▶ _How to complete this task_
Your answer must be every line of the data below that holds the string "BuildSketch", copied exactly.

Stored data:
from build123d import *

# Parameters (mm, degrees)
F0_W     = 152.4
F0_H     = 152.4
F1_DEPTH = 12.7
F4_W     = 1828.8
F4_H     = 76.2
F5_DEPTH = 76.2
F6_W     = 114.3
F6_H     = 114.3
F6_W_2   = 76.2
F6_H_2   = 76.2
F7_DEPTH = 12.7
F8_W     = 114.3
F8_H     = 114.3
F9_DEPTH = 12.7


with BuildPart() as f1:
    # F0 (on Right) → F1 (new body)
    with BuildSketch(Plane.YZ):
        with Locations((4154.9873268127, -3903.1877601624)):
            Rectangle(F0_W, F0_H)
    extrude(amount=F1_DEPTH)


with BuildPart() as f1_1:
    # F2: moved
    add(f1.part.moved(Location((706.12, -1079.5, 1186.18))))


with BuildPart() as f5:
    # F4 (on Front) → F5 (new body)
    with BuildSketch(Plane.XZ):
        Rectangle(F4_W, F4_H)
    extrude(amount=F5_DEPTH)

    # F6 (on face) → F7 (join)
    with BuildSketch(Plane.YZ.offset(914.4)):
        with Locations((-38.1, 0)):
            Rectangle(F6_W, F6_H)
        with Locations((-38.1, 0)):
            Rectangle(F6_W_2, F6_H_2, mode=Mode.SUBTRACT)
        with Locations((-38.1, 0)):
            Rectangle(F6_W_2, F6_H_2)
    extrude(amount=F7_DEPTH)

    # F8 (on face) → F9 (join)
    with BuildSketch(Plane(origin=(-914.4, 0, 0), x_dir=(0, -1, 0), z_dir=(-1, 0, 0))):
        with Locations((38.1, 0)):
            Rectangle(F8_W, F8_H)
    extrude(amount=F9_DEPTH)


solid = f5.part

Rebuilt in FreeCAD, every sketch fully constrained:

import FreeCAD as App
import Part
import Sketcher
from FreeCAD import Vector
Q = App.Units.Quantity

doc = App.newDocument("Part")
body = doc.addObject("PartDesign::Body", "Body")

# Sketch on YZ plane
sketch1 = body.newObject("Sketcher::SketchObject", "Sketch")
sketch1.AttachmentSupport = (doc.getObject("YZ_Plane"), [""])
sketch1.MapMode = "FlatFace"
sketch1.addGeometry(Part.LineSegment(Vector(4078.787327, -3826.98776, 0), Vector(4078.787327, -3979.38776, 0)), False)
sketch1.addGeometry(Part.LineSegment(Vector(4078.787327, -3979.38776, 0), Vector(4231.187327, -3979.38776, 0)), False)
sketch1.addGeometry(Part.LineSegment(Vector(4231.187327, -3979.38776, 0), Vector(4231.187327, -3826.98776, 0)), False)
sketch1.addGeometry(Part.LineSegment(Vector(4231.187327, -3826.98776, 0), Vector(4078.787327, -3826.98776, 0)), False)
sketch1.addConstraint(Sketcher.Constraint("Coincident", 0, 2, 1, 1))
sketch1.addConstraint(Sketcher.Constraint("Coincident", 1, 2, 2, 1))
sketch1.addConstraint(Sketcher.Constraint("Coincident", 2, 2, 3, 1))
sketch1.addConstraint(Sketcher.Constraint("Coincident", 3, 2, 0, 1))
sketch1.addConstraint(Sketcher.Constraint("Vertical", 0))
sketch1.addConstraint(Sketcher.Constraint("Horizontal", 1))
sketch1.addConstraint(Sketcher.Constraint("Vertical", 2))
sketch1.addConstraint(Sketcher.Constraint("Horizontal", 3))
sketch1.addConstraint(Sketcher.Constraint("Equal", 3, 0))
sketch1.addConstraint(Sketcher.Constraint("DistanceX", 1, 1, 1, 2, Q("6 in")))
sketch1.addConstraint(Sketcher.Constraint("DistanceY", 0, 2, -1, 1, Q("3979.38776 mm")))
sketch1.addConstraint(Sketcher.Constraint("DistanceX", -1, 1, 0, 2, Q("4078.787327 mm")))
pad1 = body.newObject("PartDesign::Pad", "Pad")
pad1.Profile = sketch1
pad1.Length = Q("0.5 in")
body2 = doc.addObject("PartDesign::Body", "Body001")
doc.recompute()

body.Placement = App.Placement(Vector(706.12, -1079.5, 1186.18), App.Rotation(Vector(0, 0, 1), 0))
boolean = body2.newObject("PartDesign::Boolean", "Boolean")
boolean.Type = "Fuse"
boolean.addObjects([body])
body3 = doc.addObject("PartDesign::Body", "Body002")

# Sketch on XZ plane
sketch2 = body3.newObject("Sketcher::SketchObject", "Sketch001")
sketch2.AttachmentSupport = (doc.getObject("XZ_Plane002"), [""])
sketch2.MapMode = "FlatFace"
sketch2.addGeometry(Part.LineSegment(Vector(-914.4, 38.1, 0), Vector(-914.4, -38.1, 0)), False)
sketch2.addGeometry(Part.LineSegment(Vector(-914.4, -38.1, 0), Vector(914.4, -38.1, 0)), False)
sketch2.addGeometry(Part.LineSegment(Vector(914.4, -38.1, 0), Vector(914.4, 38.1, 0)), False)
sketch2.addGeometry(Part.LineSegment(Vector(914.4, 38.1, 0), Vector(-914.4, 38.1, 0)), False)
sketch2.addConstraint(Sketcher.Constraint("Coincident", 0, 2, 1, 1))
sketch2.addConstraint(Sketcher.Constraint("Coincident", 1, 2, 2, 1))
sketch2.addConstraint(Sketcher.Constraint("Coincident", 2, 2, 3, 1))
sketch2.addConstraint(Sketcher.Constraint("Coincident", 3, 2, 0, 1))
sketch2.addConstraint(Sketcher.Constraint("Vertical", 0))
sketch2.addConstraint(Sketcher.Constraint("Horizontal", 1))
sketch2.addConstraint(Sketcher.Constraint("Vertical", 2))
sketch2.addConstraint(Sketcher.Constraint("Horizontal", 3))
sketch2.addConstraint(Sketcher.Constraint("Symmetric", 0, 2, 2, 2, -1, 1))
sketch2.addConstraint(Sketcher.Constraint("DistanceX", 1, 1, 1, 2, Q("72 in")))
sketch2.addConstraint(Sketcher.Constraint("DistanceY", 0, 2, 0, 1, Q("3 in")))
pad2 = body3.newObject("PartDesign::Pad", "Pad001")
pad2.Profile = sketch2
pad2.Length = Q("3 in")

# Sketch on YZ plane
sketch3 = body3.newObject("Sketcher::SketchObject", "Sketch002")
sketch3.AttachmentSupport = (doc.getObject("YZ_Plane002"), [""])
sketch3.MapMode = "FlatFace"
sketch3.AttachmentOffset = App.Placement(Vector(0, 0, 36 * 25.4), App.Rotation())
sketch3.addGeometry(Part.LineSegment(Vector(-95.25, 57.15, 0), Vector(-95.25, -57.15, 0)), False)
sketch3.addGeometry(Part.LineSegment(Vector(-95.25, -57.15, 0), Vector(19.05, -57.15, 0)), False)
sketch3.addGeometry(Part.LineSegment(Vector(19.05, -57.15, 0), Vector(19.05, 57.15, 0)), False)
sketch3.addGeometry(Part.LineSegment(Vector(19.05, 57.15, 0), Vector(-95.25, 57.15, 0)), False)
sketch3.addConstraint(Sketcher.Constraint("Coincident", 0, 2, 1, 1))
sketch3.addConstraint(Sketcher.Constraint("Coincident", 1, 2, 2, 1))
sketch3.addConstraint(Sketcher.Constraint("Coincident", 2, 2, 3, 1))
sketch3.addConstraint(Sketcher.Constraint("Coincident", 3, 2, 0, 1))
sketch3.addConstraint(Sketcher.Constraint("Vertical", 0))
sketch3.addConstraint(Sketcher.Constraint("Horizontal", 1))
sketch3.addConstraint(Sketcher.Constraint("Vertical", 2))
sketch3.addConstraint(Sketcher.Constraint("Horizontal", 3))
sketch3.addConstraint(Sketcher.Constraint("Equal", 3, 0))
sketch3.addConstraint(Sketcher.Constraint("DistanceX", 1, 1, 1, 2, Q("4.5 in")))
sketch3.addConstraint(Sketcher.Constraint("DistanceX", 0, 2, -1, 1, Q("3.75 in")))
sketch3.addConstraint(Sketcher.Constraint("DistanceY", 0, 2, -1, 1, Q("2.25 in")))
pad3 = body3.newObject("PartDesign::Pad", "Pad002")
pad3.Profile = sketch3
pad3.Length = Q("0.5 in")

# Sketch on YZ plane
sketch4 = body3.newObject("Sketcher::SketchObject", "Sketch003")
sketch4.AttachmentSupport = (doc.getObject("YZ_Plane002"), [""])
sketch4.MapMode = "FlatFace"
sketch4.AttachmentOffset = App.Placement(Vector(0, 0, -36 * 25.4), App.Rotation())
sketch4.addGeometry(Part.LineSegment(Vector(19.05, 57.15, 0), Vector(19.05, -57.15, 0)), False)
sketch4.addGeometry(Part.LineSegment(Vector(19.05, -57.15, 0), Vector(-95.25, -57.15, 0)), False)
sketch4.addGeometry(Part.LineSegment(Vector(-95.25, -57.15, 0), Vector(-95.25, 57.15, 0)), False)
sketch4.addGeometry(Part.LineSegment(Vector(-95.25, 57.15, 0), Vector(19.05, 57.15, 0)), False)
sketch4.addConstraint(Sketcher.Constraint("Coincident", 0, 2, 1, 1))
sketch4.addConstraint(Sketcher.Constraint("Coincident", 1, 2, 2, 1))
sketch4.addConstraint(Sketcher.Constraint("Coincident", 2, 2, 3, 1))
sketch4.addConstraint(Sketcher.Constraint("Coincident", 3, 2, 0, 1))
sketch4.addConstraint(Sketcher.Constraint("Vertical", 0))
sketch4.addConstraint(Sketcher.Constraint("Horizontal", 1))
sketch4.addConstraint(Sketcher.Constraint("Vertical", 2))
sketch4.addConstraint(Sketcher.Constraint("Horizontal", 3))
sketch4.addConstraint(Sketcher.Constraint("Equal", 3, 0))
sketch4.addConstraint(Sketcher.Constraint("DistanceX", 1, 2, 1, 1, Q("4.5 in")))
sketch4.addConstraint(Sketcher.Constraint("DistanceX", -1, 1, 0, 2, Q("0.75 in")))
sketch4.addConstraint(Sketcher.Constraint("DistanceY", 0, 2, -1, 1, Q("2.25 in")))
pad4 = body3.newObject("PartDesign::Pad", "Pad003")
pad4.Profile = sketch4
pad4.Length = Q("0.5 in")
pad4.Reversed = True
body2.Visibility = False

doc.recompute()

▶ _Task response_
    with BuildSketch(Plane.YZ):
    with BuildSketch(Plane.XZ):
    with BuildSketch(Plane.YZ.offset(914.4)):
    with BuildSketch(Plane(origin=(-914.4, 0, 0), x_dir=(0, -1, 0), z_dir=(-1, 0, 0))):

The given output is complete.